Tyler James Butts , Robert A Johnson, Michael Weber, Grace Marie Wilkinson 

   Food web structure may mediate the resistance and resilience of ecosystems to increasingly frequent and intense disturbances driven by climate change. In aquatic ecosystems, greater food web complexity is theorized to generate more pathways for nutrients and energy to flow as well as strengthen top-down control. As such, we predicted greater food web complexity would increase the resistance (longer response time) and resilience (shorter recovery time) of aquatic primary production to pulse disturbances and reduce the chance of a critical transition (passing a threshold). To test this prediction, we experimentally simulated two storm-induced pulse disturbances by adding N and P (~3% and ~5% increase in ambient concentrations) to three ponds with food webs of low, intermediate, and high complexity and compared to three reference ponds with matching food web structures. We evaluated the primary production response time (resistance) and recovery time (resilience) following each nutrient pulse using a response detection algorithm and evaluated evidence of a critical transition with online dynamic linear modeling (resilience).

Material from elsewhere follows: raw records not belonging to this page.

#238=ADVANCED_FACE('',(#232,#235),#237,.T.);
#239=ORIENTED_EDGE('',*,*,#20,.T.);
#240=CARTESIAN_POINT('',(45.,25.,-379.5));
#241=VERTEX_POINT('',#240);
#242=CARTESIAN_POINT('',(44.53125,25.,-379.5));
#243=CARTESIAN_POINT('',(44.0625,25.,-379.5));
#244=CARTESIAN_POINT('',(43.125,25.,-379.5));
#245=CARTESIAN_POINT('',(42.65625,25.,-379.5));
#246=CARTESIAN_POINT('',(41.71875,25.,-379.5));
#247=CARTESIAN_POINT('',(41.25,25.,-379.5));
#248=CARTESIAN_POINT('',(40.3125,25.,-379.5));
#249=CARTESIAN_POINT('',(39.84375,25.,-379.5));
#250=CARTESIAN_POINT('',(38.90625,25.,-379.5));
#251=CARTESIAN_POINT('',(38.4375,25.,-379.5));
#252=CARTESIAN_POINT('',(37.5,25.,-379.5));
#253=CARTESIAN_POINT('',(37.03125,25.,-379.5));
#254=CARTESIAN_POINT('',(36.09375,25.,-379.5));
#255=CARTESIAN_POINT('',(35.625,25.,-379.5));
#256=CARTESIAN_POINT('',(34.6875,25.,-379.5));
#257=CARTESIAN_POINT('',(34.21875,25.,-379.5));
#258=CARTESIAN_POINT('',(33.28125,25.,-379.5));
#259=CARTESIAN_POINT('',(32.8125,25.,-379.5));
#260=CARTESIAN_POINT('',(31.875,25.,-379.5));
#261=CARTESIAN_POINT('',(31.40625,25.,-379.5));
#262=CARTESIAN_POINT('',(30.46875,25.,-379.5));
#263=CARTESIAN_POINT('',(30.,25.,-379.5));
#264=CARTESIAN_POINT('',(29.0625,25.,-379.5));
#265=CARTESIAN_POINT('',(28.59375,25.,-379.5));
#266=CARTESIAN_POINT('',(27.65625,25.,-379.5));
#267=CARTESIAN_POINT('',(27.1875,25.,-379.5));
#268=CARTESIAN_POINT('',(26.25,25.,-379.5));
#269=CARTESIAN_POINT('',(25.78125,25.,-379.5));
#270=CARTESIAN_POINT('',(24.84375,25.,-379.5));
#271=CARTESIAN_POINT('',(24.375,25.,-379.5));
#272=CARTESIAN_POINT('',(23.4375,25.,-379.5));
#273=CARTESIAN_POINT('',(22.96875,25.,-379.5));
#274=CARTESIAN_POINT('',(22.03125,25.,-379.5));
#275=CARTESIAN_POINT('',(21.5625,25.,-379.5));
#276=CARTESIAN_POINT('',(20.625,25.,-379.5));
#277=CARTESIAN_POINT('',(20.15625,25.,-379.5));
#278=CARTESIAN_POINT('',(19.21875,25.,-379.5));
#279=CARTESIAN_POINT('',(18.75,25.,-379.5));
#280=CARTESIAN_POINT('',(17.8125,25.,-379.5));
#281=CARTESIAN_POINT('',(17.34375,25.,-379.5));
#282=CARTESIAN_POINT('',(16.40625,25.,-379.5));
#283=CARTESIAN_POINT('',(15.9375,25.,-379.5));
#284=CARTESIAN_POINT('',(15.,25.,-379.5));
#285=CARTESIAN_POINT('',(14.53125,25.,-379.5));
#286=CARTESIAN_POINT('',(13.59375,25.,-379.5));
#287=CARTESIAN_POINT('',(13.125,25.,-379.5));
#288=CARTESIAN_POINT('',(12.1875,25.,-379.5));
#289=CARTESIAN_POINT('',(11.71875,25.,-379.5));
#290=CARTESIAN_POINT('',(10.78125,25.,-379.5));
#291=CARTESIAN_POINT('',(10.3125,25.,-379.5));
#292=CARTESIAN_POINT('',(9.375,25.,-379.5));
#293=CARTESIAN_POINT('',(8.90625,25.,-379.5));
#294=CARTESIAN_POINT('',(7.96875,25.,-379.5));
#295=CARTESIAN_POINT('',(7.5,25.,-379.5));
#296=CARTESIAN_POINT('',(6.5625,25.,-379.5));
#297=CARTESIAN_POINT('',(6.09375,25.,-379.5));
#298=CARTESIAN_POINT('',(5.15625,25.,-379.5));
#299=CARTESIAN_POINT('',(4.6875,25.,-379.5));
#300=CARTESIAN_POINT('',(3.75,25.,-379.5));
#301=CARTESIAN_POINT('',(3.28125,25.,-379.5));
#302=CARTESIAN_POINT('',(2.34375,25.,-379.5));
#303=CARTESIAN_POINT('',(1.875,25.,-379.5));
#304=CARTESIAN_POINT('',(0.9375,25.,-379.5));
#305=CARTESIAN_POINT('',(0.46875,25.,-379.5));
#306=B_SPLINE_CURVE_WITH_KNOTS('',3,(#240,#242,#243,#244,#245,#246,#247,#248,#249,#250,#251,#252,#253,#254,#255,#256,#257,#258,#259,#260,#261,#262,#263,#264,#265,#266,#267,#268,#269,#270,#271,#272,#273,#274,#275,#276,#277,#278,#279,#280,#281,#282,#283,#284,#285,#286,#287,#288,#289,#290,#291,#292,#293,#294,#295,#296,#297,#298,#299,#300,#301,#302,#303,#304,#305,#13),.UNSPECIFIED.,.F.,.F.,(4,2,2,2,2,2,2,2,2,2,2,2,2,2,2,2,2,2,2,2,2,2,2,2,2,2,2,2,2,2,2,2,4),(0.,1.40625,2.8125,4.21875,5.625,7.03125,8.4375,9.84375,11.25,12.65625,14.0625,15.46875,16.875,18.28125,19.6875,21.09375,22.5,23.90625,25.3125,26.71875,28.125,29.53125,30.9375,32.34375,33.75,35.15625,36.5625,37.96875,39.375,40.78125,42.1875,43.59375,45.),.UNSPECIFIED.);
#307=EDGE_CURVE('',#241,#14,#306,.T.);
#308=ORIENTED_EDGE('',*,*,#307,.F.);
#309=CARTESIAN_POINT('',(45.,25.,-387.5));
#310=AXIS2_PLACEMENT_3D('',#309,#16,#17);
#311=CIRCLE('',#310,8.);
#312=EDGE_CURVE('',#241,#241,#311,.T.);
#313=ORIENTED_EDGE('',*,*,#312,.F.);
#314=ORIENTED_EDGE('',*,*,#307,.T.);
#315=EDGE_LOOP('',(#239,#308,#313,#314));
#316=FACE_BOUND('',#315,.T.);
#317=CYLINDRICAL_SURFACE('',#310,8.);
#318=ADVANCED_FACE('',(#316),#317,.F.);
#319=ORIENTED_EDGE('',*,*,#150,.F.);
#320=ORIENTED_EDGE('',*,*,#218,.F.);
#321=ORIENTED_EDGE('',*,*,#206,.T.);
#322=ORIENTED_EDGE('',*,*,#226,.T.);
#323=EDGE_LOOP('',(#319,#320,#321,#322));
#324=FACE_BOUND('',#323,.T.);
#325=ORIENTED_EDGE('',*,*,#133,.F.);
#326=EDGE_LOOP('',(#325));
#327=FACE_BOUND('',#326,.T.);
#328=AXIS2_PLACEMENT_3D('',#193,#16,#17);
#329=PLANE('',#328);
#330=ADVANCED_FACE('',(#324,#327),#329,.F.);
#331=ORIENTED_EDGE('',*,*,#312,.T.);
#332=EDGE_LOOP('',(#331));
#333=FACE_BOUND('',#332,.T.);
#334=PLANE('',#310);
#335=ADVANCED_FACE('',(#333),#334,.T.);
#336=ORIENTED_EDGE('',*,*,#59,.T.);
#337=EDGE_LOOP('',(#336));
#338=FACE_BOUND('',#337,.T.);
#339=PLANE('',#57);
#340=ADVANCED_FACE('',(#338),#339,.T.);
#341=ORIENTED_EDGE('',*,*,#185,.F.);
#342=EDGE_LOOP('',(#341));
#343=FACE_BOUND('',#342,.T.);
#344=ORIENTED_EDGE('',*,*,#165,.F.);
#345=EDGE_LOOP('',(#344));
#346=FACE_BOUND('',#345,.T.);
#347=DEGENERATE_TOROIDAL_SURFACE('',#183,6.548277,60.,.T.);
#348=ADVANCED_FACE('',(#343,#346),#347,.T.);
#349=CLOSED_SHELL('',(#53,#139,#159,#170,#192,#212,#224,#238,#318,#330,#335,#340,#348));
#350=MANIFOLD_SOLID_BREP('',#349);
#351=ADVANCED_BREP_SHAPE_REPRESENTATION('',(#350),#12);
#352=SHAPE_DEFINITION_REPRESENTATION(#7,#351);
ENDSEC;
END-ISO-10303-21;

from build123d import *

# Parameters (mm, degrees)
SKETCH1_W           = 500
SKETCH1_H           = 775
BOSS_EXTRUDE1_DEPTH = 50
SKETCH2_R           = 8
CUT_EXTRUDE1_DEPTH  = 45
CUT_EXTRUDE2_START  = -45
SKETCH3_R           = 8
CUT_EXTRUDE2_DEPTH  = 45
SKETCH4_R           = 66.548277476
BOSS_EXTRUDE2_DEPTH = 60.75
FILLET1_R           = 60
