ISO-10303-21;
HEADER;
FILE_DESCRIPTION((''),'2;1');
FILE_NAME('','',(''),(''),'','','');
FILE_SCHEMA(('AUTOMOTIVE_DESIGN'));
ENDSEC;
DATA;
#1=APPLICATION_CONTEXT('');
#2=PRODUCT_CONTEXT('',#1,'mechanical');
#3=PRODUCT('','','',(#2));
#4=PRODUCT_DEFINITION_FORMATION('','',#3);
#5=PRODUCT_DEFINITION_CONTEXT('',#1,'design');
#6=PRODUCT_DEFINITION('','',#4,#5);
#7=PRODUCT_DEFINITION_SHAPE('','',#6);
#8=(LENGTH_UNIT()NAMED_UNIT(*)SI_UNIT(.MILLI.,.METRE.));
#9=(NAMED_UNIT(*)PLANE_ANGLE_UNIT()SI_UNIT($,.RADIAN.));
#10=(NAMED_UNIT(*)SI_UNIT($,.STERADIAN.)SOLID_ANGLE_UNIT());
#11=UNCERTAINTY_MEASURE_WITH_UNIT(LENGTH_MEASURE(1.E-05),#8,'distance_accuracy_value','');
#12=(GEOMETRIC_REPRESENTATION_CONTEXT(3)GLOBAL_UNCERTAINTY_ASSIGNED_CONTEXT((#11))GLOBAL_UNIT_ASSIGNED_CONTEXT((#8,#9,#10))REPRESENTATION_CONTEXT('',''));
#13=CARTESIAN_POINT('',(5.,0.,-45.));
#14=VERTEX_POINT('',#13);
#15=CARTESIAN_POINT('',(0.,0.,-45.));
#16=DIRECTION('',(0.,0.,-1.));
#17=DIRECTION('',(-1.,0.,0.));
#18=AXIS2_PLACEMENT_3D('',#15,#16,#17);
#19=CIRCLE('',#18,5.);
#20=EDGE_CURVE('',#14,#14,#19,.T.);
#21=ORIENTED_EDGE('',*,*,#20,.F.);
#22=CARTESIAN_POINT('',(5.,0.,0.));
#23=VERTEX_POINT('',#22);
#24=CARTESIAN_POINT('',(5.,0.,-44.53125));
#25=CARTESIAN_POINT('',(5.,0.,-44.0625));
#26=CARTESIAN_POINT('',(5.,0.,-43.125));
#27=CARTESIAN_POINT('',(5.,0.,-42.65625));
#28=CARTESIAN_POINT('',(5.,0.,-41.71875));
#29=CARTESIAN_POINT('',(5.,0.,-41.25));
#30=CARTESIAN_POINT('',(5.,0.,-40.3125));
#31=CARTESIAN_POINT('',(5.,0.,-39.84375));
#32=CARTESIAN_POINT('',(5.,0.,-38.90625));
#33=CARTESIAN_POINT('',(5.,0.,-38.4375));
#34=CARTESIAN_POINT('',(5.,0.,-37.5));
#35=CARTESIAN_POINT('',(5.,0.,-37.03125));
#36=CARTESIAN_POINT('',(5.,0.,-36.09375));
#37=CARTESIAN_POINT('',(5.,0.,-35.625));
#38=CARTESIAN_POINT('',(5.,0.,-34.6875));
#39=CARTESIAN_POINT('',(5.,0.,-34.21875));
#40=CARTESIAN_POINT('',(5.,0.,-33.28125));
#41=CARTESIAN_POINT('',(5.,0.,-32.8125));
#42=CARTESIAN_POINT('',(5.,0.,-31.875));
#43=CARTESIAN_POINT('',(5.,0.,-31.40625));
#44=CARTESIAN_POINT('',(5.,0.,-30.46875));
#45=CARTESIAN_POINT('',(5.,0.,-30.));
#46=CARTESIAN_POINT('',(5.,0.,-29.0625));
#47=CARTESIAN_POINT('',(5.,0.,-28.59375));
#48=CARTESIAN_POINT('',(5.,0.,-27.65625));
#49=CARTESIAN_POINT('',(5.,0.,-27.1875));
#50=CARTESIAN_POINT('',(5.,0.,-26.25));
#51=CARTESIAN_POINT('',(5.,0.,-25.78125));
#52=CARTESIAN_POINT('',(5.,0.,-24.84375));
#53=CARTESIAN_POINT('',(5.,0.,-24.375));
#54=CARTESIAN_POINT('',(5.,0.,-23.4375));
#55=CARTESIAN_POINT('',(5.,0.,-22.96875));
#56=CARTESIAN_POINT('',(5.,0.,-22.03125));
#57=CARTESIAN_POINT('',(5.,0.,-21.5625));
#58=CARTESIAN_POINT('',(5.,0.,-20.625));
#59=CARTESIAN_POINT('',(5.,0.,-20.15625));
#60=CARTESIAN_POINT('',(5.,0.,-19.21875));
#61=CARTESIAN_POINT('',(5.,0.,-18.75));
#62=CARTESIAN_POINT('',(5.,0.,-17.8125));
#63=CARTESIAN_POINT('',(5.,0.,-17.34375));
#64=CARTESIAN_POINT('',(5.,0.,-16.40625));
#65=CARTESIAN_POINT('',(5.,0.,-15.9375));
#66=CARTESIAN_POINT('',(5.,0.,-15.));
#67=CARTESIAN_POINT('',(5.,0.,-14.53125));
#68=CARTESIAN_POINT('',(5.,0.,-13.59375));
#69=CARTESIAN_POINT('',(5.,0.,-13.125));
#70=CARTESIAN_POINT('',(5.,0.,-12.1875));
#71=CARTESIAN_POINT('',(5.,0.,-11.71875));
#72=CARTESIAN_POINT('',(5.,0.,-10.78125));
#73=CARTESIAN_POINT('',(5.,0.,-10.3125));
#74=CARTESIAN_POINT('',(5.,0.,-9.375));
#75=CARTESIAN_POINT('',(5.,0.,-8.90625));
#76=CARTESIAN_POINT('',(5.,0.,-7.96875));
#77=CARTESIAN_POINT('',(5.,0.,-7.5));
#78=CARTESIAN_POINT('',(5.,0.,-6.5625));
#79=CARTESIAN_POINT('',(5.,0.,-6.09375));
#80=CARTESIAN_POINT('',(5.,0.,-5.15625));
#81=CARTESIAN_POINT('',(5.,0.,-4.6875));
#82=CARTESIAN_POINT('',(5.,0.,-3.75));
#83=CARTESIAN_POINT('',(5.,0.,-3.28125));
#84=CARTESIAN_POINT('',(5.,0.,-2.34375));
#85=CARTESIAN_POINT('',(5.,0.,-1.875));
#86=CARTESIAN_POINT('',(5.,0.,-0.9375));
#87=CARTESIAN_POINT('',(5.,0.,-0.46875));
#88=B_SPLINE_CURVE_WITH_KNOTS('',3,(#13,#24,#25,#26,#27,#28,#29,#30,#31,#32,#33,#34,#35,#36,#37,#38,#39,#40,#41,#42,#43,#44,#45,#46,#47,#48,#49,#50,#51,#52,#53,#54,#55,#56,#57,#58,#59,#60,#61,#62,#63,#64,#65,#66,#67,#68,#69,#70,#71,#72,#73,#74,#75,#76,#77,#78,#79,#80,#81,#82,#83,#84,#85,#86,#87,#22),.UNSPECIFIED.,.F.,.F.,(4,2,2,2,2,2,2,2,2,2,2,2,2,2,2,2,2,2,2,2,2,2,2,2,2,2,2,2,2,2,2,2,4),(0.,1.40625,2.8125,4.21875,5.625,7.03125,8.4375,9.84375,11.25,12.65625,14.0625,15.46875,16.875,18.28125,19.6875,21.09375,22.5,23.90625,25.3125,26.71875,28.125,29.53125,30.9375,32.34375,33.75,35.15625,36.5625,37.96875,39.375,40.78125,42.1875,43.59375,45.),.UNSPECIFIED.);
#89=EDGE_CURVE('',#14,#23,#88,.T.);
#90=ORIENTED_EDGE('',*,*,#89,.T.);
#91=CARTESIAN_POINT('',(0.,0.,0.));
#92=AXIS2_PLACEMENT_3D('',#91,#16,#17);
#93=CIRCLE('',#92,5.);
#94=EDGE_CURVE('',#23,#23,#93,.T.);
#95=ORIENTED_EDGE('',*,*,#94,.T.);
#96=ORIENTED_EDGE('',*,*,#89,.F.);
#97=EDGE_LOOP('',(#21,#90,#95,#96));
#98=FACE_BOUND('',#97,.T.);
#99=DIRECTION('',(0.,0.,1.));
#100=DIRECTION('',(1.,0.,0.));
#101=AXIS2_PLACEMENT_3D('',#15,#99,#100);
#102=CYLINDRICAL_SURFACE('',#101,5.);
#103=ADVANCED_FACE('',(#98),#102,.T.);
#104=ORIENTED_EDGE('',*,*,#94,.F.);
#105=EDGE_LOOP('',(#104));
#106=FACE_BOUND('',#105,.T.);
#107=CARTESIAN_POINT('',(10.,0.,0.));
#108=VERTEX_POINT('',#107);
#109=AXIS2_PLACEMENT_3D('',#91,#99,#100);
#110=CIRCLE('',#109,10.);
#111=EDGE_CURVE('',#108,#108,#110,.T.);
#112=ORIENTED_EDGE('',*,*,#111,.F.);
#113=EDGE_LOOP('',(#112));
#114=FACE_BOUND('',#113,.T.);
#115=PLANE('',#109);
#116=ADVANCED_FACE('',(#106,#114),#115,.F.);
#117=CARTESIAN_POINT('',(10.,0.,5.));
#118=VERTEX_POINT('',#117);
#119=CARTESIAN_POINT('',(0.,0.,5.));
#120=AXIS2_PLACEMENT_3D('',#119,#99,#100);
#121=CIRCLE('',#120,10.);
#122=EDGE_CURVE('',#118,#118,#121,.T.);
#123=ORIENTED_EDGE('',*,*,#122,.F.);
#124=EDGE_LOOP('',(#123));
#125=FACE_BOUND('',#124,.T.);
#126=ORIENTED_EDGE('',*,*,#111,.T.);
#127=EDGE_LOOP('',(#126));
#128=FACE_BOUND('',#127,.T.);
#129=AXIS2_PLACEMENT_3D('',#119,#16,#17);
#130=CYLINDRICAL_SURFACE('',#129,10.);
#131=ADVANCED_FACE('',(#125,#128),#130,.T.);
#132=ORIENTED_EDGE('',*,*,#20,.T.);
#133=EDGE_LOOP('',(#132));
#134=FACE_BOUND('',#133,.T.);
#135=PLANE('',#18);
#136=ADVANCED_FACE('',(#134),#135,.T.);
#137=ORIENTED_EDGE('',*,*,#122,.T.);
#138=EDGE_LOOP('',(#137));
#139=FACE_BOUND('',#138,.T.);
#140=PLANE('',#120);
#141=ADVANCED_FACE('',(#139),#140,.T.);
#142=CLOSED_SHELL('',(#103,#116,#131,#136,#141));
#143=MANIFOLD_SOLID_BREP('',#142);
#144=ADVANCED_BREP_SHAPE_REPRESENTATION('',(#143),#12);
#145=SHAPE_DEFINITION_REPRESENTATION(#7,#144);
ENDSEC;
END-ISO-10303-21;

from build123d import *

# Parameters (mm, degrees)
SKETCH1_R           = 10
BOSS_EXTRUDE1_DEPTH = 5
SKETCH2_R           = 5
BOSS_EXTRUDE2_DEPTH = 45


with BuildPart() as part:
    # Sketch1 → Boss-Extrude1 (new body)
    with BuildSketch(Plane.XY):
        Circle(SKETCH1_R)
    extrude(amount=BOSS_EXTRUDE1_DEPTH)

    # Sketch2 → Boss-Extrude2 (add)
    with BuildSketch(Plane(origin=(0, 0, 0), x_dir=(-1, 0, 0), z_dir=(0, 0, -1))):
        with Locations(Location((0, 0, 0), (0, 0, 180))):
            Circle(SKETCH2_R)
    extrude(amount=BOSS_EXTRUDE2_DEPTH)


solid = part.part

Chlorophyll-a concentrations never exceeded the response threshold in the high complexity pond following either nutrient pulse whereas the threshold was exceeded after 18 days in the intermediate and 24 days in the low complexity ponds following the first pulse. There was evidence of a critical transition in the low complexity pond following the first pulse. After the second nutrient pulse, chlorophyll-a exceeded the response threshold again in both the low and intermediate ponds, but the response was 12 days faster in the low complexity pond compared to the intermediate complexity pond. Recovery time increased by 14 days after the second pulse in the low complexity pond and was on track for a faster recovery time in the intermediate pond before the end of the experiment. These results support our prediction that greater food web complexity confers greater resistance and resilience of phytoplankton to repeated pulses of nutrient loading. This experiment provides empirical support that biodiversity and food web structure can help buffer aquatic ecosystems to increasing and intensifying disturbances.